How to complete this task> The lines from the first line of the entries through the line containing "v -16.289 0 -43.745" are to be repeated exactly, with both of those lines included.

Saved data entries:
※
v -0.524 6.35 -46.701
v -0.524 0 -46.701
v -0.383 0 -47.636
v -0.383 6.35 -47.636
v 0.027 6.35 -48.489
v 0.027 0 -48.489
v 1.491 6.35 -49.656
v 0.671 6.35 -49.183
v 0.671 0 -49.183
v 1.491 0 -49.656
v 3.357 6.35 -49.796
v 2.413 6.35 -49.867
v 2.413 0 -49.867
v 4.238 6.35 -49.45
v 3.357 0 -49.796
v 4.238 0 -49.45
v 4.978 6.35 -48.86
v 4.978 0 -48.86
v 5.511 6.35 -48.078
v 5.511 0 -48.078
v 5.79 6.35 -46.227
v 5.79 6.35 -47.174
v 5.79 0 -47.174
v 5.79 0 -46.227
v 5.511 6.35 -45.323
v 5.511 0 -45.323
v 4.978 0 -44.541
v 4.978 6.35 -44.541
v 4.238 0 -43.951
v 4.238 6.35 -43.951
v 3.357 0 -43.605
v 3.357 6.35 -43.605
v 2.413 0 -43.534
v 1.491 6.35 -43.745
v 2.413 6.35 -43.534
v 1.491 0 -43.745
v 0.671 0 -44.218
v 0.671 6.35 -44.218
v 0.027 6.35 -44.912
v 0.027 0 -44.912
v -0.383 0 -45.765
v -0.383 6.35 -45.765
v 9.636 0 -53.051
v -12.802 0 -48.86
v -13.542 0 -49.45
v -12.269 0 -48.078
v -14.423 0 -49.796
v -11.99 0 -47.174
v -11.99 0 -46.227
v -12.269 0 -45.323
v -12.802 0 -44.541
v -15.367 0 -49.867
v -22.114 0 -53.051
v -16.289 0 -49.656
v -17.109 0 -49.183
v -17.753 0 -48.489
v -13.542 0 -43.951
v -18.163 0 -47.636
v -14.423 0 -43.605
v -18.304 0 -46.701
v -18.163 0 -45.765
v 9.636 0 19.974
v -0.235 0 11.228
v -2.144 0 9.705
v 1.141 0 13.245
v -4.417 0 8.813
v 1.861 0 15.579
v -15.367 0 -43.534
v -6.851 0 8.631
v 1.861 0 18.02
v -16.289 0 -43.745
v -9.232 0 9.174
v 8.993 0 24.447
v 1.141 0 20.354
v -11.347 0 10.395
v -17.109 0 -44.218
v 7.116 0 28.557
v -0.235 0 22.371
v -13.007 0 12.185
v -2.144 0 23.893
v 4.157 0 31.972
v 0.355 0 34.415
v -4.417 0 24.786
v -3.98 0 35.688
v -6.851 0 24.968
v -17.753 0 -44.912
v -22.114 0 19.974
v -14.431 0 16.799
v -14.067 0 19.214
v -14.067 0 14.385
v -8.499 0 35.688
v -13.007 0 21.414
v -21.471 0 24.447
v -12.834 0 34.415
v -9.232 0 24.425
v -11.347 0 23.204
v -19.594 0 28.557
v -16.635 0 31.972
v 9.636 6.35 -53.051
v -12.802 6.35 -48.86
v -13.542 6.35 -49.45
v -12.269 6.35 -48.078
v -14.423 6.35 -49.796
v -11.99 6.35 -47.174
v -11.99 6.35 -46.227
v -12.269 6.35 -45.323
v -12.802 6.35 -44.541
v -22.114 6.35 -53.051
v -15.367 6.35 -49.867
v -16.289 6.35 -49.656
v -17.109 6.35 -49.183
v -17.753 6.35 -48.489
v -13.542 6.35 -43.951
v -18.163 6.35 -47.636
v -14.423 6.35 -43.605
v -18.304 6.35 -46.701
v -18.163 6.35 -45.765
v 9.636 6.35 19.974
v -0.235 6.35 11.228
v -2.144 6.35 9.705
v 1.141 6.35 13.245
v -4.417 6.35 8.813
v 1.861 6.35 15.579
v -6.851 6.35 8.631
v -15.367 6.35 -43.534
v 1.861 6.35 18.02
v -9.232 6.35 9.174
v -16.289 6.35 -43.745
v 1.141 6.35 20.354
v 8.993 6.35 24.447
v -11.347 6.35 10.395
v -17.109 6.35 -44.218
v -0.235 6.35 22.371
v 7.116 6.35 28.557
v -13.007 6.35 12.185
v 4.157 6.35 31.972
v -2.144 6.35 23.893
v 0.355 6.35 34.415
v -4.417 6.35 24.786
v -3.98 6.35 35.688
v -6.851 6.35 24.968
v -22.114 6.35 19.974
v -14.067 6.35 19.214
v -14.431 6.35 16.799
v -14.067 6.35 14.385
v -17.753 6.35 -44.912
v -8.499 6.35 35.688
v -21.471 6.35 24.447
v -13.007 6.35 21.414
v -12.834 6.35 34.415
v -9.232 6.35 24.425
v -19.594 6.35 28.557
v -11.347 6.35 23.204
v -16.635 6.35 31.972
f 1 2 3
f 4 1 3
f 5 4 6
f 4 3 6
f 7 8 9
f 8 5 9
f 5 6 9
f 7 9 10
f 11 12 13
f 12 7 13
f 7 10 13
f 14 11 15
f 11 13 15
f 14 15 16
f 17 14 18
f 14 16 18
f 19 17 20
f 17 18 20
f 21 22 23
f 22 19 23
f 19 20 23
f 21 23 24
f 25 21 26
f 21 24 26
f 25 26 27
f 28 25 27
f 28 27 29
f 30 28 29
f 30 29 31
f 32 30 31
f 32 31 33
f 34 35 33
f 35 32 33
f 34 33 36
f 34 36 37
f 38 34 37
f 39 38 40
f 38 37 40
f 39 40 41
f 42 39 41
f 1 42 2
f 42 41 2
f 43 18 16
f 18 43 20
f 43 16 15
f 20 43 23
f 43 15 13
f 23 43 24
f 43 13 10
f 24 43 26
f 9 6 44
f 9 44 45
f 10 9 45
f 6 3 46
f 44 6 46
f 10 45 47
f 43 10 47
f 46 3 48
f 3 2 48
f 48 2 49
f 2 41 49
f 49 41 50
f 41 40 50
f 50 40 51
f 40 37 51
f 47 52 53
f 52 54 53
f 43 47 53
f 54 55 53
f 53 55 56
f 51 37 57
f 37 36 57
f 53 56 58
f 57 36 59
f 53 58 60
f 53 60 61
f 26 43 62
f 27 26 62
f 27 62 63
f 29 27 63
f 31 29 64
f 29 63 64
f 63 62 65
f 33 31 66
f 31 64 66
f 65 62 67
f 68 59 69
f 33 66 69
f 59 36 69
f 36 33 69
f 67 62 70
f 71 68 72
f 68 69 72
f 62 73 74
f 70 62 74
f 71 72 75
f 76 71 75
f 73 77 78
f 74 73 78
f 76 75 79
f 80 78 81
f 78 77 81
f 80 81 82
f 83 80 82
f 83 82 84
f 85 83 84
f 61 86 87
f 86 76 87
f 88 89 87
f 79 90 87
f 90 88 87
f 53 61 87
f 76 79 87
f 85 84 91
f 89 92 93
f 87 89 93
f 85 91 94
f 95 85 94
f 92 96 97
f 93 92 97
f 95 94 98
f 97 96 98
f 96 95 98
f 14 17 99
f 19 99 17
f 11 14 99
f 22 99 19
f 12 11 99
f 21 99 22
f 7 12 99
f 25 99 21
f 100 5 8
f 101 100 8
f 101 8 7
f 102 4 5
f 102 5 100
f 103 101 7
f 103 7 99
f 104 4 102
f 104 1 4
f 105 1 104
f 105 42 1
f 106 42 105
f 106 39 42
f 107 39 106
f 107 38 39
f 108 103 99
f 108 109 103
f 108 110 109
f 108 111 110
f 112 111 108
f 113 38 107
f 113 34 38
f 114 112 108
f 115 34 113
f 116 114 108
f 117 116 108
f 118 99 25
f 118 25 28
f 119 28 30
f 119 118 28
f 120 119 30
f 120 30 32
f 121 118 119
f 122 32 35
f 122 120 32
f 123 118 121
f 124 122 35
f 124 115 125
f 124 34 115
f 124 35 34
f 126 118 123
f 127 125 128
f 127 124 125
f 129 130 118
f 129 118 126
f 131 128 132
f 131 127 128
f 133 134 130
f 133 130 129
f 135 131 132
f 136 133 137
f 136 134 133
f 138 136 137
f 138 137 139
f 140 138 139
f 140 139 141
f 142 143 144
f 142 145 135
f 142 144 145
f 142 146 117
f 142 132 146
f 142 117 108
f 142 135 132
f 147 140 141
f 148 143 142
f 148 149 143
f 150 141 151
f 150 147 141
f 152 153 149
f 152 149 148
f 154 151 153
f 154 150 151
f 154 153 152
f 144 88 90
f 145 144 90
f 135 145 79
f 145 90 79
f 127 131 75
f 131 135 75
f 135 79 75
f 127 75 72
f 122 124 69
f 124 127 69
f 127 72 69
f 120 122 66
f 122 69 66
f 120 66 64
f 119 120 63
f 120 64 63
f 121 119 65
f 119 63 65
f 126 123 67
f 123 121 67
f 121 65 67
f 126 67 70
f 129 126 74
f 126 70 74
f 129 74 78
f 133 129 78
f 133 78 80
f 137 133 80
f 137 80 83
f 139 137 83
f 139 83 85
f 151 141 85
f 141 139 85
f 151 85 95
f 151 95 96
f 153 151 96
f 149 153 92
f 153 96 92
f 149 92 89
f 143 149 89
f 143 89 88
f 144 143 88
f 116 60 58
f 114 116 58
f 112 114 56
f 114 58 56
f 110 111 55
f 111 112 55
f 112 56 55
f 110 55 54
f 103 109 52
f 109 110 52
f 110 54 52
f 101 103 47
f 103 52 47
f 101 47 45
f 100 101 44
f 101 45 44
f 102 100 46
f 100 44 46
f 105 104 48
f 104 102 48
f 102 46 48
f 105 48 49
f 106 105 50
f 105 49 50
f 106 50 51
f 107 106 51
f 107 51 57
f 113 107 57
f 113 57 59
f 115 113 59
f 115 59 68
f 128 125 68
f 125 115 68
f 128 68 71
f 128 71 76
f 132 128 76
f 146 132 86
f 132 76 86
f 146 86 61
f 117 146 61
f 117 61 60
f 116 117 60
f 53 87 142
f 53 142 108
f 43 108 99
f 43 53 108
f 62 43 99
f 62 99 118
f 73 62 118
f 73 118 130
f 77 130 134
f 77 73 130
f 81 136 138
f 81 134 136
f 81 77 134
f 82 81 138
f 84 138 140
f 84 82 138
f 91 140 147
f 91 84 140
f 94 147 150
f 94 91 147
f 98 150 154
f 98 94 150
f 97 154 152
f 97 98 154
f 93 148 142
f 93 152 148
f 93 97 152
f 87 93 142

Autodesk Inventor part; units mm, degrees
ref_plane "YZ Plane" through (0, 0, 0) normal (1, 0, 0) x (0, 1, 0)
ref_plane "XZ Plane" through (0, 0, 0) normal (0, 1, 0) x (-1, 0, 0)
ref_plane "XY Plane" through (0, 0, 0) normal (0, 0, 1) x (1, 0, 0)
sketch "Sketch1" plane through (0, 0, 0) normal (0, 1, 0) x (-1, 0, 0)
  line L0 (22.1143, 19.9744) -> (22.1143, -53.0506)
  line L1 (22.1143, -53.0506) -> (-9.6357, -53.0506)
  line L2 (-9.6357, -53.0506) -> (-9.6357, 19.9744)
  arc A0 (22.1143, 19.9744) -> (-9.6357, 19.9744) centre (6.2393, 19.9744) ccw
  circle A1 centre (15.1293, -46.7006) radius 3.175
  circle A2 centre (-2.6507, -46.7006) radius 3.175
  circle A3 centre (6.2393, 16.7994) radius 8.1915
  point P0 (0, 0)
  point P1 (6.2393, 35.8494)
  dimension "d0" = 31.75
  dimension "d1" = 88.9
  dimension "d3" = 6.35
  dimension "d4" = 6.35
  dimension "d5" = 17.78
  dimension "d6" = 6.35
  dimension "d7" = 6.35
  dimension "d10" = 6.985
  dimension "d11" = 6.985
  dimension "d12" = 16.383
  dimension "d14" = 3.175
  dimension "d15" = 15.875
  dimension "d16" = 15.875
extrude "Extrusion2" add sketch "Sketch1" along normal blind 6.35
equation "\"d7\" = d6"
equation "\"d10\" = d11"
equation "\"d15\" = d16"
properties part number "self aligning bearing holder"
※
Output below>
v -0.524 6.35 -46.701
v -0.524 0 -46.701
v -0.383 0 -47.636
v -0.383 6.35 -47.636
v 0.027 6.35 -48.489
v 0.027 0 -48.489
v 1.491 6.35 -49.656
v 0.671 6.35 -49.183
v 0.671 0 -49.183
v 1.491 0 -49.656
v 3.357 6.35 -49.796
v 2.413 6.35 -49.867
v 2.413 0 -49.867
v 4.238 6.35 -49.45
v 3.357 0 -49.796
v 4.238 0 -49.45
v 4.978 6.35 -48.86
v 4.978 0 -48.86
v 5.511 6.35 -48.078
v 5.511 0 -48.078
v 5.79 6.35 -46.227
v 5.79 6.35 -47.174
v 5.79 0 -47.174
v 5.79 0 -46.227
v 5.511 6.35 -45.323
v 5.511 0 -45.323
v 4.978 0 -44.541
v 4.978 6.35 -44.541
v 4.238 0 -43.951
v 4.238 6.35 -43.951
v 3.357 0 -43.605
v 3.357 6.35 -43.605
v 2.413 0 -43.534
v 1.491 6.35 -43.745
v 2.413 6.35 -43.534
v 1.491 0 -43.745
v 0.671 0 -44.218
v 0.671 6.35 -44.218
v 0.027 6.35 -44.912
v 0.027 0 -44.912
v -0.383 0 -45.765
v -0.383 6.35 -45.765
v 9.636 0 -53.051
v -12.802 0 -48.86
v -13.542 0 -49.45
v -12.269 0 -48.078
v -14.423 0 -49.796
v -11.99 0 -47.174
v -11.99 0 -46.227
v -12.269 0 -45.323
v -12.802 0 -44.541
v -15.367 0 -49.867
v -22.114 0 -53.051
v -16.289 0 -49.656
v -17.109 0 -49.183
v -17.753 0 -48.489
v -13.542 0 -43.951
v -18.163 0 -47.636
v -14.423 0 -43.605
v -18.304 0 -46.701
v -18.163 0 -45.765
v 9.636 0 19.974
v -0.235 0 11.228
v -2.144 0 9.705
v 1.141 0 13.245
v -4.417 0 8.813
v 1.861 0 15.579
v -15.367 0 -43.534
v -6.851 0 8.631
v 1.861 0 18.02
v -16.289 0 -43.745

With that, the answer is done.